Drug-specific risk of severe QT prolongation following acute drug overdose

Abstract

Background: Severe QT prolongation (SQTP) has been identified as a strong predictor of adverse cardiovascular events in acute drug overdose, but drug-specific causes of SQTP in the setting of acute drug overdose remain unclear. We aimed to perform the most definitive study to date describing drug-specific risk of SQTP following acute drug overdose.

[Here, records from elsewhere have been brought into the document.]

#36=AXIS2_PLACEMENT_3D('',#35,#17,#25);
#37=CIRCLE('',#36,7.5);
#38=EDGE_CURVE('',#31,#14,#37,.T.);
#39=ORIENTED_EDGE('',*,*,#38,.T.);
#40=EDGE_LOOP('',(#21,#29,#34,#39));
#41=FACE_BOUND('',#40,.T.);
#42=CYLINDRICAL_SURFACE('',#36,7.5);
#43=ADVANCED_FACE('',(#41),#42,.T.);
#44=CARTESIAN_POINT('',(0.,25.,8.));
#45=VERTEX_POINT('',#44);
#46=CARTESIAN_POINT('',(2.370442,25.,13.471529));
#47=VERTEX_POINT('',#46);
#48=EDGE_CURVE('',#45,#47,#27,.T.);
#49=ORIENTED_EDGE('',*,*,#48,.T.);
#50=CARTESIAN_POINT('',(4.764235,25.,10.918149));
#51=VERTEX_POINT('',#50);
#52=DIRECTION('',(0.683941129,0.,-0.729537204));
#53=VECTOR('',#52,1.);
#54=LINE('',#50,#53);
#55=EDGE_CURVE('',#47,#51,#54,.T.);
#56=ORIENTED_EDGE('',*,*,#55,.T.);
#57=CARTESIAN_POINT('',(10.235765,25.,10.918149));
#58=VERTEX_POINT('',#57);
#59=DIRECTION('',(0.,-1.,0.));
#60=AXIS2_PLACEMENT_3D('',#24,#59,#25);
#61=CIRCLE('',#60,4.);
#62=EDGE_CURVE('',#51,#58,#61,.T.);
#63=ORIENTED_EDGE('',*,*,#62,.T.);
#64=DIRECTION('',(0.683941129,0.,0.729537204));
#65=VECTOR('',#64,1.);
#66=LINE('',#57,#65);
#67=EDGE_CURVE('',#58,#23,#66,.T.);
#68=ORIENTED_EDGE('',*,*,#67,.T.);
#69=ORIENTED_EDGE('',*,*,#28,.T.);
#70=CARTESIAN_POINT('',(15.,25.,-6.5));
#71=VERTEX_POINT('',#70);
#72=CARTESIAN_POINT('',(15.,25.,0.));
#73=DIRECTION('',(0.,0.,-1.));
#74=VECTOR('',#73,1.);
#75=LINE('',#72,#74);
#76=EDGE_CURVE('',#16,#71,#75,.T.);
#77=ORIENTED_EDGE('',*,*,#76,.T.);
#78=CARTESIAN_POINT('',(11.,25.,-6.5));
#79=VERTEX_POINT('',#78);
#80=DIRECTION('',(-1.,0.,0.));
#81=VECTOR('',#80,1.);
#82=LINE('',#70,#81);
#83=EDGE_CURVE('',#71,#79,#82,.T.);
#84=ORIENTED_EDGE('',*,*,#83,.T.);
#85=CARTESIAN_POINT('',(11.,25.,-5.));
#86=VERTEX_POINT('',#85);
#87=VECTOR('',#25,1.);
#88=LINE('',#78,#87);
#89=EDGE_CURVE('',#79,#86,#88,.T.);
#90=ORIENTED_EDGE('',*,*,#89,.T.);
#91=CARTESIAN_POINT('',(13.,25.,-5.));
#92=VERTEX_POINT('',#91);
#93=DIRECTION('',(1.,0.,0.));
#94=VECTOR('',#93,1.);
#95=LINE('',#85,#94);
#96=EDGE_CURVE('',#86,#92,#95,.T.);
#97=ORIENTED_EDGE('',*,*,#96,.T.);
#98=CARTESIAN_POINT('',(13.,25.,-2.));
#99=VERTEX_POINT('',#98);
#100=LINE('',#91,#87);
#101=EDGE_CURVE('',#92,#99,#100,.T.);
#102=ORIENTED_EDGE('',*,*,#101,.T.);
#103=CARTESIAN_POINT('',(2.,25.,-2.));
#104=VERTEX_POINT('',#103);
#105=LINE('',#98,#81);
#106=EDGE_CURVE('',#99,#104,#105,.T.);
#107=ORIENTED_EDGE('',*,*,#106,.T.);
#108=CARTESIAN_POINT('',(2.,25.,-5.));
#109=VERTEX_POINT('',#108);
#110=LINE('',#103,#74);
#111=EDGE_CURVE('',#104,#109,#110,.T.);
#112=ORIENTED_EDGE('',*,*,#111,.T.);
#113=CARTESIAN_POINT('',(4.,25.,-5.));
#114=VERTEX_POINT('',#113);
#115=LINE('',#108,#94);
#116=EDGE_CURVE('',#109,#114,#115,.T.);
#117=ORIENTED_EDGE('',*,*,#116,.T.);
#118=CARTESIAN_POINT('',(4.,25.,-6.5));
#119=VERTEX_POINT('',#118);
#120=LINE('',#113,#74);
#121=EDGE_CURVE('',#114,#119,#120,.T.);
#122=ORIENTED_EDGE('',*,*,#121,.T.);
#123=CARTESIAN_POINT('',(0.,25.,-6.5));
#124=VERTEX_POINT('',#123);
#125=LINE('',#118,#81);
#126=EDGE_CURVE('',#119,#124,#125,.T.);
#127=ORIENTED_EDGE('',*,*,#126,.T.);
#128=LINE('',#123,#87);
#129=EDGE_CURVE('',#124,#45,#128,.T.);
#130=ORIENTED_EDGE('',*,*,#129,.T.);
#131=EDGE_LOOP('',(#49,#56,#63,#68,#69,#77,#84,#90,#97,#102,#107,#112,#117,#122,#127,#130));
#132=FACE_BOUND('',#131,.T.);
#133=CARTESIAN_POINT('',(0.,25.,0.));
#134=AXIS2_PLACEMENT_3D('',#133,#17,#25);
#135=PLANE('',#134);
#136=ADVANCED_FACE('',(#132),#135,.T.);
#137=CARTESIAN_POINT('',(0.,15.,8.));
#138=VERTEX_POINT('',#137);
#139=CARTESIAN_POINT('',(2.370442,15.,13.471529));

Methods: This was a prospective multicenter cohort study at >50 hospital sites across the US using the ToxIC Registry between 2015 and 2018. Inclusion criteria were adults (≥18 years) receiving medical toxicology consultation for acute drug overdose. The primary outcome was SQTP, which was defined using the computer automated Bazett QT correction (QTc) on the ECG with the previously validated cut point of 500 milliseconds. Mean difference in QTc was also calculated for specific drugs. Drugs associated with SQTP were analyzed using multivariable logistic regression to control for known confounders of QT risk (age, sex, race, cardiac disease).

Results: From 25,303 patients screened, 6473 met inclusion criteria with SQTP occurring in 825 (13%). Drugs associated with increased adjusted odds of SQTP included Class III antidysrhythmics (sotalol), sodium channel blockers (amitriptyline, diphenhydramine, doxepin, imipramine, nortriptyline), antidepressants (bupropion, citalopram, escitalopram, trazodone), antipsychotics (haloperidol, quetiapine), and the antiemetic serotonin antagonist ondansetron.

Conclusions: This large US cohort describes drug-specific risk of SQTP following acute drug overdose. Healthcare providers caring for acute drug overdoses from any of these implicated drugs should pay close attention to cardiac monitoring for occurrence of SQTP.

Keywords:

• Overdose
• QT prolongation
• toxicology
• poisoning
• electrocardiography

Acknowledgements

We would like to thank the Toxicology Investigators’ Consortium (ToxIC) study sites for their efforts to make this study possible.

Disclosure statement

No potential conflict of interest was reported by the author(s).

Additional information

Funding

This study was supported by grant DA037317 (PI: Manini) from the National Institute on Drug Abuse (NIDA). The contents of this work are the sole responsibility of the authors and do not necessarily represents the views of the National Institutes of Health (NIH).